DESCRIPTION OF THE TASK: Return the records exactly, from the first line through the "#89=CARTESIAN_POINT('',(-3.717103,25.130259,-8.782264));" line.

(Dataset entries)
=== Begin Enclosure ===

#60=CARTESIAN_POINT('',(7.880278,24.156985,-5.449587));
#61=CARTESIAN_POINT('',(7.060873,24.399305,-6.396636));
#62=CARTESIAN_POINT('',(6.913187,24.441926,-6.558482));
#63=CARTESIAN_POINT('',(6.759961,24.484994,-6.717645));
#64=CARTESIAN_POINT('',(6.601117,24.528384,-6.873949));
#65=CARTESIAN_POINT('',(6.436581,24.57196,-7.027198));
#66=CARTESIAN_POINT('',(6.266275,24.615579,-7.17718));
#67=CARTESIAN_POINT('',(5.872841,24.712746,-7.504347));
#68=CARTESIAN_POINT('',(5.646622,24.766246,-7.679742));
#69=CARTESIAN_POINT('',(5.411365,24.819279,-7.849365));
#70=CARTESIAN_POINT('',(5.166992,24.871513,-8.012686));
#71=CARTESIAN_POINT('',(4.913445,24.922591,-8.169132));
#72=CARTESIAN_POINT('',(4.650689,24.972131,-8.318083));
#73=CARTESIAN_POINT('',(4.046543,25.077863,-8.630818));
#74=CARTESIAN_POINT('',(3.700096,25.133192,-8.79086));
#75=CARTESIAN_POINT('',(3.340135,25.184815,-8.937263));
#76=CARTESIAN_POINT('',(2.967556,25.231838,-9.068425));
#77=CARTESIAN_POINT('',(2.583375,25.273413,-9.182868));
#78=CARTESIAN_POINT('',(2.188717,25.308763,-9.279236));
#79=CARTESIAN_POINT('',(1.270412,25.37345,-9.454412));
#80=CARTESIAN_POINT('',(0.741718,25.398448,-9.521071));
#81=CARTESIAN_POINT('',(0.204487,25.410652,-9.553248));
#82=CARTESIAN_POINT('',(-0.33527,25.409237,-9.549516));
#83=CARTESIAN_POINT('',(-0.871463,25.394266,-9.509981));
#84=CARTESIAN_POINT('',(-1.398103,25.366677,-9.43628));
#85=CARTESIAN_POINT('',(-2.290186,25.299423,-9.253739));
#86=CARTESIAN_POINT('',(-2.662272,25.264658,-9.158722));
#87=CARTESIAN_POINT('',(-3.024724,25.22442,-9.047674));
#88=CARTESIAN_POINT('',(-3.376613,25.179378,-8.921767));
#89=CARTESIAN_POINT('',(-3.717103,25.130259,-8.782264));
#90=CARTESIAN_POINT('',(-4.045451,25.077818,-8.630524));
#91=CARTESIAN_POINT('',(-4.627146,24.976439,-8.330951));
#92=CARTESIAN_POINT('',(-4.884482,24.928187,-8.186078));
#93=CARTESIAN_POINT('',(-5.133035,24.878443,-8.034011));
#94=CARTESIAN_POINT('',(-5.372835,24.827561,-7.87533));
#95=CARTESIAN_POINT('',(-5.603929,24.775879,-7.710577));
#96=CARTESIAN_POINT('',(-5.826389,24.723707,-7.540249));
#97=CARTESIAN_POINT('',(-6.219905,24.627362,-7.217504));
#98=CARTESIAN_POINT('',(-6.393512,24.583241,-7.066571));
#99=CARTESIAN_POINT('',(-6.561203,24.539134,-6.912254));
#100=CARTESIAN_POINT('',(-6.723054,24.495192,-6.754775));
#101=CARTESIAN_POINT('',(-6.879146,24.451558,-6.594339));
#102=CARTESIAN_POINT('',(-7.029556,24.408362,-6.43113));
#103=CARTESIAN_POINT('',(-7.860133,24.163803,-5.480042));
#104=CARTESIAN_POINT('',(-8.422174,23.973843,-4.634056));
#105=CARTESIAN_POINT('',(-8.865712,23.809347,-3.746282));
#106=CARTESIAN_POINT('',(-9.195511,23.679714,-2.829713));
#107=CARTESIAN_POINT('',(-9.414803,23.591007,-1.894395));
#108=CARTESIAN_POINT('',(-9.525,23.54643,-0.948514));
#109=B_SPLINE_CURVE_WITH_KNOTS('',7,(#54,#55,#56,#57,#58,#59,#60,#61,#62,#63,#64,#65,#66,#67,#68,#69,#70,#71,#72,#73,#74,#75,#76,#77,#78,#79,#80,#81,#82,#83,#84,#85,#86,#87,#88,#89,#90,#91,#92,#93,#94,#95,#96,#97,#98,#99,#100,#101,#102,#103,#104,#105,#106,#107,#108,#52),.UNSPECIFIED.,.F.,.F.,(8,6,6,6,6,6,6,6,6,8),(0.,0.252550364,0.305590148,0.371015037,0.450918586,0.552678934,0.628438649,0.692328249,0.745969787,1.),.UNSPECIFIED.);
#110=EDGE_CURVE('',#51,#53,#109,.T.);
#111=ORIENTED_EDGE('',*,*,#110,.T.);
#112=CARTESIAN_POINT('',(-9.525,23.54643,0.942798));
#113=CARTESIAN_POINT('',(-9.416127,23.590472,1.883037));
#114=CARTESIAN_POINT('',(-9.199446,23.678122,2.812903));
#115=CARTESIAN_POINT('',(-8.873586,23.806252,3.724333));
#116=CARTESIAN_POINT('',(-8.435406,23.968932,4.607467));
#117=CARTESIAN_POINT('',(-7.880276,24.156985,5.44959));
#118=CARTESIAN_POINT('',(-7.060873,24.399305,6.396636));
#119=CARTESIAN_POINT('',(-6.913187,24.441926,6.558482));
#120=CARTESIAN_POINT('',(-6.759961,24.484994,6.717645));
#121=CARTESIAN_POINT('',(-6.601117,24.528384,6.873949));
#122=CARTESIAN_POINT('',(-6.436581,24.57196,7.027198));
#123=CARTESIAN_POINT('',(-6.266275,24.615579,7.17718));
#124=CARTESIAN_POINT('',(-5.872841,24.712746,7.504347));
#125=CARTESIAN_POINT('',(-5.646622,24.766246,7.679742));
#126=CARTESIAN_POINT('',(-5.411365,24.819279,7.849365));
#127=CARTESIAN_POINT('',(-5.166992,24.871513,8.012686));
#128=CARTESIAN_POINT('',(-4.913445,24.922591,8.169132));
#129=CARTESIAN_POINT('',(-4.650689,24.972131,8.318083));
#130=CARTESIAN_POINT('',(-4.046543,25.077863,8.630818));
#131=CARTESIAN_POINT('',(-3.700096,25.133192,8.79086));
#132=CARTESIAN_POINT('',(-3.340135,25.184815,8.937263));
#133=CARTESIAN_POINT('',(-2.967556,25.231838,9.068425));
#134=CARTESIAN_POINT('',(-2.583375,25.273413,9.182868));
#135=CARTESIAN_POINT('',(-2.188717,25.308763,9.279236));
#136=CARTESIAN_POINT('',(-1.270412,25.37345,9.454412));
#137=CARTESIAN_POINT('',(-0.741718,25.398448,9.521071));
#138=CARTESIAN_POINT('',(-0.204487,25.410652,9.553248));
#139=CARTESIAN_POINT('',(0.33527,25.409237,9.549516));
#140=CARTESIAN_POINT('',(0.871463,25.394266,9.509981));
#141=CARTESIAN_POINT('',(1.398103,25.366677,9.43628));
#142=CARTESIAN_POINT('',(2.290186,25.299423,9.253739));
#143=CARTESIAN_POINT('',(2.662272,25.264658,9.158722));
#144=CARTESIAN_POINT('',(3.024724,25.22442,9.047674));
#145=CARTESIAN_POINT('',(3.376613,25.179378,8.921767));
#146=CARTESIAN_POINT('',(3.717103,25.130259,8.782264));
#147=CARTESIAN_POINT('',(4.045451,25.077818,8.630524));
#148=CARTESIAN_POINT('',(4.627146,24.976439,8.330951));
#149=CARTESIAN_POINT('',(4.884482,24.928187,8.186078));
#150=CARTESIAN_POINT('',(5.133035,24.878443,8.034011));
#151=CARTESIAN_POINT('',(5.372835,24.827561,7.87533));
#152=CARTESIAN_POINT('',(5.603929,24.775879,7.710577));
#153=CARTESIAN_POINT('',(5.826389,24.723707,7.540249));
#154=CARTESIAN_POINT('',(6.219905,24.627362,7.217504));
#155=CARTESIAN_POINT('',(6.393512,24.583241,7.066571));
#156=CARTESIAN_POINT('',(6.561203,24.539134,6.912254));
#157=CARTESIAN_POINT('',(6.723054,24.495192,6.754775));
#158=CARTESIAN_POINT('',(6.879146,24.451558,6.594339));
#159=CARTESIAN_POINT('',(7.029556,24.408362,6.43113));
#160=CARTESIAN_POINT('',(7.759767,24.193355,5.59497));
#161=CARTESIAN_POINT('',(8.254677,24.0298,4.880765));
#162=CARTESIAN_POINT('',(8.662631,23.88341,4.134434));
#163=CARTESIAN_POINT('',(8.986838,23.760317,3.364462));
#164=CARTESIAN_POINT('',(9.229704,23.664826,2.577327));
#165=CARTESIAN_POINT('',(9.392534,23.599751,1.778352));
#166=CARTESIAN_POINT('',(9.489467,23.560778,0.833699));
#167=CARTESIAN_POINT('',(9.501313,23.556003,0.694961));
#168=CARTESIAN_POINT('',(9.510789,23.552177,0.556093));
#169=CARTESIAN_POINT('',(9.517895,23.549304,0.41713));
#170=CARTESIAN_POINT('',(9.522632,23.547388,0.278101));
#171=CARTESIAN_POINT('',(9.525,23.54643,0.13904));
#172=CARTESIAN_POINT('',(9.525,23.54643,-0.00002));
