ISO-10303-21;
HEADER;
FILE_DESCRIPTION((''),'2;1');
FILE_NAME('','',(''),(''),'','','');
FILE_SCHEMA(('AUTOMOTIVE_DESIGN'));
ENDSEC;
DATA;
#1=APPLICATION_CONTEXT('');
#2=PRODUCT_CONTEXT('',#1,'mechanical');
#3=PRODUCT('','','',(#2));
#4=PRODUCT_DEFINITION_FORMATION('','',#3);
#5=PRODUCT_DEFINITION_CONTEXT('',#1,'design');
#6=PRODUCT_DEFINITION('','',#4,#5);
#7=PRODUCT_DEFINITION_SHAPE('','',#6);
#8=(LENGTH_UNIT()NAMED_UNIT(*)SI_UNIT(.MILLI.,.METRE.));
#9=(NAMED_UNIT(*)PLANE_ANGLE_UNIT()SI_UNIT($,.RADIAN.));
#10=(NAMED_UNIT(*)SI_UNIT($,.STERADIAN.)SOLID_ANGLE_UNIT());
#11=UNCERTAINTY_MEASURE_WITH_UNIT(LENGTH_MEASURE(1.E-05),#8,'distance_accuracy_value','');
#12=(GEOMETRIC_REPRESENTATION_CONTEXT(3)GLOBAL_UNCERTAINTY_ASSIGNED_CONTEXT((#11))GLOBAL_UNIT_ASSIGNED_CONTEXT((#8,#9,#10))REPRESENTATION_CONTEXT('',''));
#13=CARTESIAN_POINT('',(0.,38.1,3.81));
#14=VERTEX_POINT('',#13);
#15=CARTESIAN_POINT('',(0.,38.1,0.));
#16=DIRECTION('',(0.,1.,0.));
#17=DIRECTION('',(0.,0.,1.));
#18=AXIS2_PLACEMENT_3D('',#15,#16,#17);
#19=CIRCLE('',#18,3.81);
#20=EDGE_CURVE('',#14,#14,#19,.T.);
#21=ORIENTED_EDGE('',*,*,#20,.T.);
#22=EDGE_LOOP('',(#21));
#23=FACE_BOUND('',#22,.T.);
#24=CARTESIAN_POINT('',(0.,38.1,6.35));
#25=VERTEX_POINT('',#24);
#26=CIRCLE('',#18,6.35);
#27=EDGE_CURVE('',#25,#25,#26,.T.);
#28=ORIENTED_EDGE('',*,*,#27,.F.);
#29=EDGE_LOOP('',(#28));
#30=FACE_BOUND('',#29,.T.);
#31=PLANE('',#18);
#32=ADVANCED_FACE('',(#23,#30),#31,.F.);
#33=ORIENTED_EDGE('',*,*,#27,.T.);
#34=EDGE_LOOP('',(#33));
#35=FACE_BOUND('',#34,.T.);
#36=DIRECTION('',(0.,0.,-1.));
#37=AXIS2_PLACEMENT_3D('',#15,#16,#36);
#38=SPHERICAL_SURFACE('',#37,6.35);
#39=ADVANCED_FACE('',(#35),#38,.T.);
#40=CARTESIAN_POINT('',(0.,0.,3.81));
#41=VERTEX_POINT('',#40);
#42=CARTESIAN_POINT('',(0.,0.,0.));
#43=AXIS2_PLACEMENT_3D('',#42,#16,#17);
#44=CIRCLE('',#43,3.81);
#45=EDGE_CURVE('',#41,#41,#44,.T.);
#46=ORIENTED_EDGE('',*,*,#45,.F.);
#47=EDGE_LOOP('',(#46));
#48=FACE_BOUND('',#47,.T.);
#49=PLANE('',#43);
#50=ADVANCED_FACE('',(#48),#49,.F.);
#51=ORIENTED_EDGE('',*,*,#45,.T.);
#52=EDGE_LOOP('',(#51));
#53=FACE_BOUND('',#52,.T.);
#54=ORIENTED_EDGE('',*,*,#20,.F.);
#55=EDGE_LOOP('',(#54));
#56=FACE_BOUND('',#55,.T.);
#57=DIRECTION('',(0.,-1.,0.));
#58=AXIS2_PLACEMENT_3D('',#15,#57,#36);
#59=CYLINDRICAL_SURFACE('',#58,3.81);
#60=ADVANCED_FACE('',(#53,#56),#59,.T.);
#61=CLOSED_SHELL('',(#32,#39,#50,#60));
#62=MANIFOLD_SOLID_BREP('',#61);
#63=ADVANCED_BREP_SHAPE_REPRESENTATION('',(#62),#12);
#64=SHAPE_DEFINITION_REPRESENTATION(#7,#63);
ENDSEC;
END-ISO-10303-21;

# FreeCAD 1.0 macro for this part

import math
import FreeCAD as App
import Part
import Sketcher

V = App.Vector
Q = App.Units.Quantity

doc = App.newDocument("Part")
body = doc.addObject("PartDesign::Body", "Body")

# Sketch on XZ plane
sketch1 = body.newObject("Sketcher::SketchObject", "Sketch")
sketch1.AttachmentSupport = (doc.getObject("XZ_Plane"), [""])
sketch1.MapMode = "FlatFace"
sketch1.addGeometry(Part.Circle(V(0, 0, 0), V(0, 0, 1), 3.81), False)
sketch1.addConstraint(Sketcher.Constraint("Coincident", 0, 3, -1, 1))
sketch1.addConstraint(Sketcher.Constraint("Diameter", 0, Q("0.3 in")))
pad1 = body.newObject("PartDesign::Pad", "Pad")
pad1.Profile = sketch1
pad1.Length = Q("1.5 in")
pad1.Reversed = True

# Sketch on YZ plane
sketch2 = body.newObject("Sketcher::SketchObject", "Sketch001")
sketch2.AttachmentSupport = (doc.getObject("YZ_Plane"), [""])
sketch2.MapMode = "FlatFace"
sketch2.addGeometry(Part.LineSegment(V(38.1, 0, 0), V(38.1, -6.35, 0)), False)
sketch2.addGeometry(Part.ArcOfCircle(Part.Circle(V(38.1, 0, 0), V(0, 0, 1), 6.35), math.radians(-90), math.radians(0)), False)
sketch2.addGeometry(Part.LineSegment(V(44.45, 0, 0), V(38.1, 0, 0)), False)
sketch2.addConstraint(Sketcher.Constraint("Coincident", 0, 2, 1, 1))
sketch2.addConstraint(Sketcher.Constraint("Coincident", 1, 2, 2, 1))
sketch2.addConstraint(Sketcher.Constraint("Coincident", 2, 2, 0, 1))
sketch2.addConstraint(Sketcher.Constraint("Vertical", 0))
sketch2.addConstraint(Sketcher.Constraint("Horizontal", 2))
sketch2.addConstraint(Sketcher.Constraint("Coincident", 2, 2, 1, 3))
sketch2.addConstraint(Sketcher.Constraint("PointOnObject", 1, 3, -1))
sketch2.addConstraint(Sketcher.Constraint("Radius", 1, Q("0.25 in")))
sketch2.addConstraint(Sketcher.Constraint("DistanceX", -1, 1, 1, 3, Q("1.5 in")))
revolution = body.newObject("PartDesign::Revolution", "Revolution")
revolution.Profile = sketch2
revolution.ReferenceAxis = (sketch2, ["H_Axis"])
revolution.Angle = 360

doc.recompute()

=== End Enclosure ===

RESPONSE AREA:
#60=CARTESIAN_POINT('',(7.880278,24.156985,-5.449587));
#61=CARTESIAN_POINT('',(7.060873,24.399305,-6.396636));
#62=CARTESIAN_POINT('',(6.913187,24.441926,-6.558482));
#63=CARTESIAN_POINT('',(6.759961,24.484994,-6.717645));
#64=CARTESIAN_POINT('',(6.601117,24.528384,-6.873949));
#65=CARTESIAN_POINT('',(6.436581,24.57196,-7.027198));
#66=CARTESIAN_POINT('',(6.266275,24.615579,-7.17718));
#67=CARTESIAN_POINT('',(5.872841,24.712746,-7.504347));
#68=CARTESIAN_POINT('',(5.646622,24.766246,-7.679742));
#69=CARTESIAN_POINT('',(5.411365,24.819279,-7.849365));
#70=CARTESIAN_POINT('',(5.166992,24.871513,-8.012686));
#71=CARTESIAN_POINT('',(4.913445,24.922591,-8.169132));
#72=CARTESIAN_POINT('',(4.650689,24.972131,-8.318083));
#73=CARTESIAN_POINT('',(4.046543,25.077863,-8.630818));
#74=CARTESIAN_POINT('',(3.700096,25.133192,-8.79086));
#75=CARTESIAN_POINT('',(3.340135,25.184815,-8.937263));
#76=CARTESIAN_POINT('',(2.967556,25.231838,-9.068425));
#77=CARTESIAN_POINT('',(2.583375,25.273413,-9.182868));
#78=CARTESIAN_POINT('',(2.188717,25.308763,-9.279236));
#79=CARTESIAN_POINT('',(1.270412,25.37345,-9.454412));
#80=CARTESIAN_POINT('',(0.741718,25.398448,-9.521071));
#81=CARTESIAN_POINT('',(0.204487,25.410652,-9.553248));
#82=CARTESIAN_POINT('',(-0.33527,25.409237,-9.549516));
#83=CARTESIAN_POINT('',(-0.871463,25.394266,-9.509981));
#84=CARTESIAN_POINT('',(-1.398103,25.366677,-9.43628));
#85=CARTESIAN_POINT('',(-2.290186,25.299423,-9.253739));
#86=CARTESIAN_POINT('',(-2.662272,25.264658,-9.158722));
#87=CARTESIAN_POINT('',(-3.024724,25.22442,-9.047674));
#88=CARTESIAN_POINT('',(-3.376613,25.179378,-8.921767));
#89=CARTESIAN_POINT('',(-3.717103,25.130259,-8.782264));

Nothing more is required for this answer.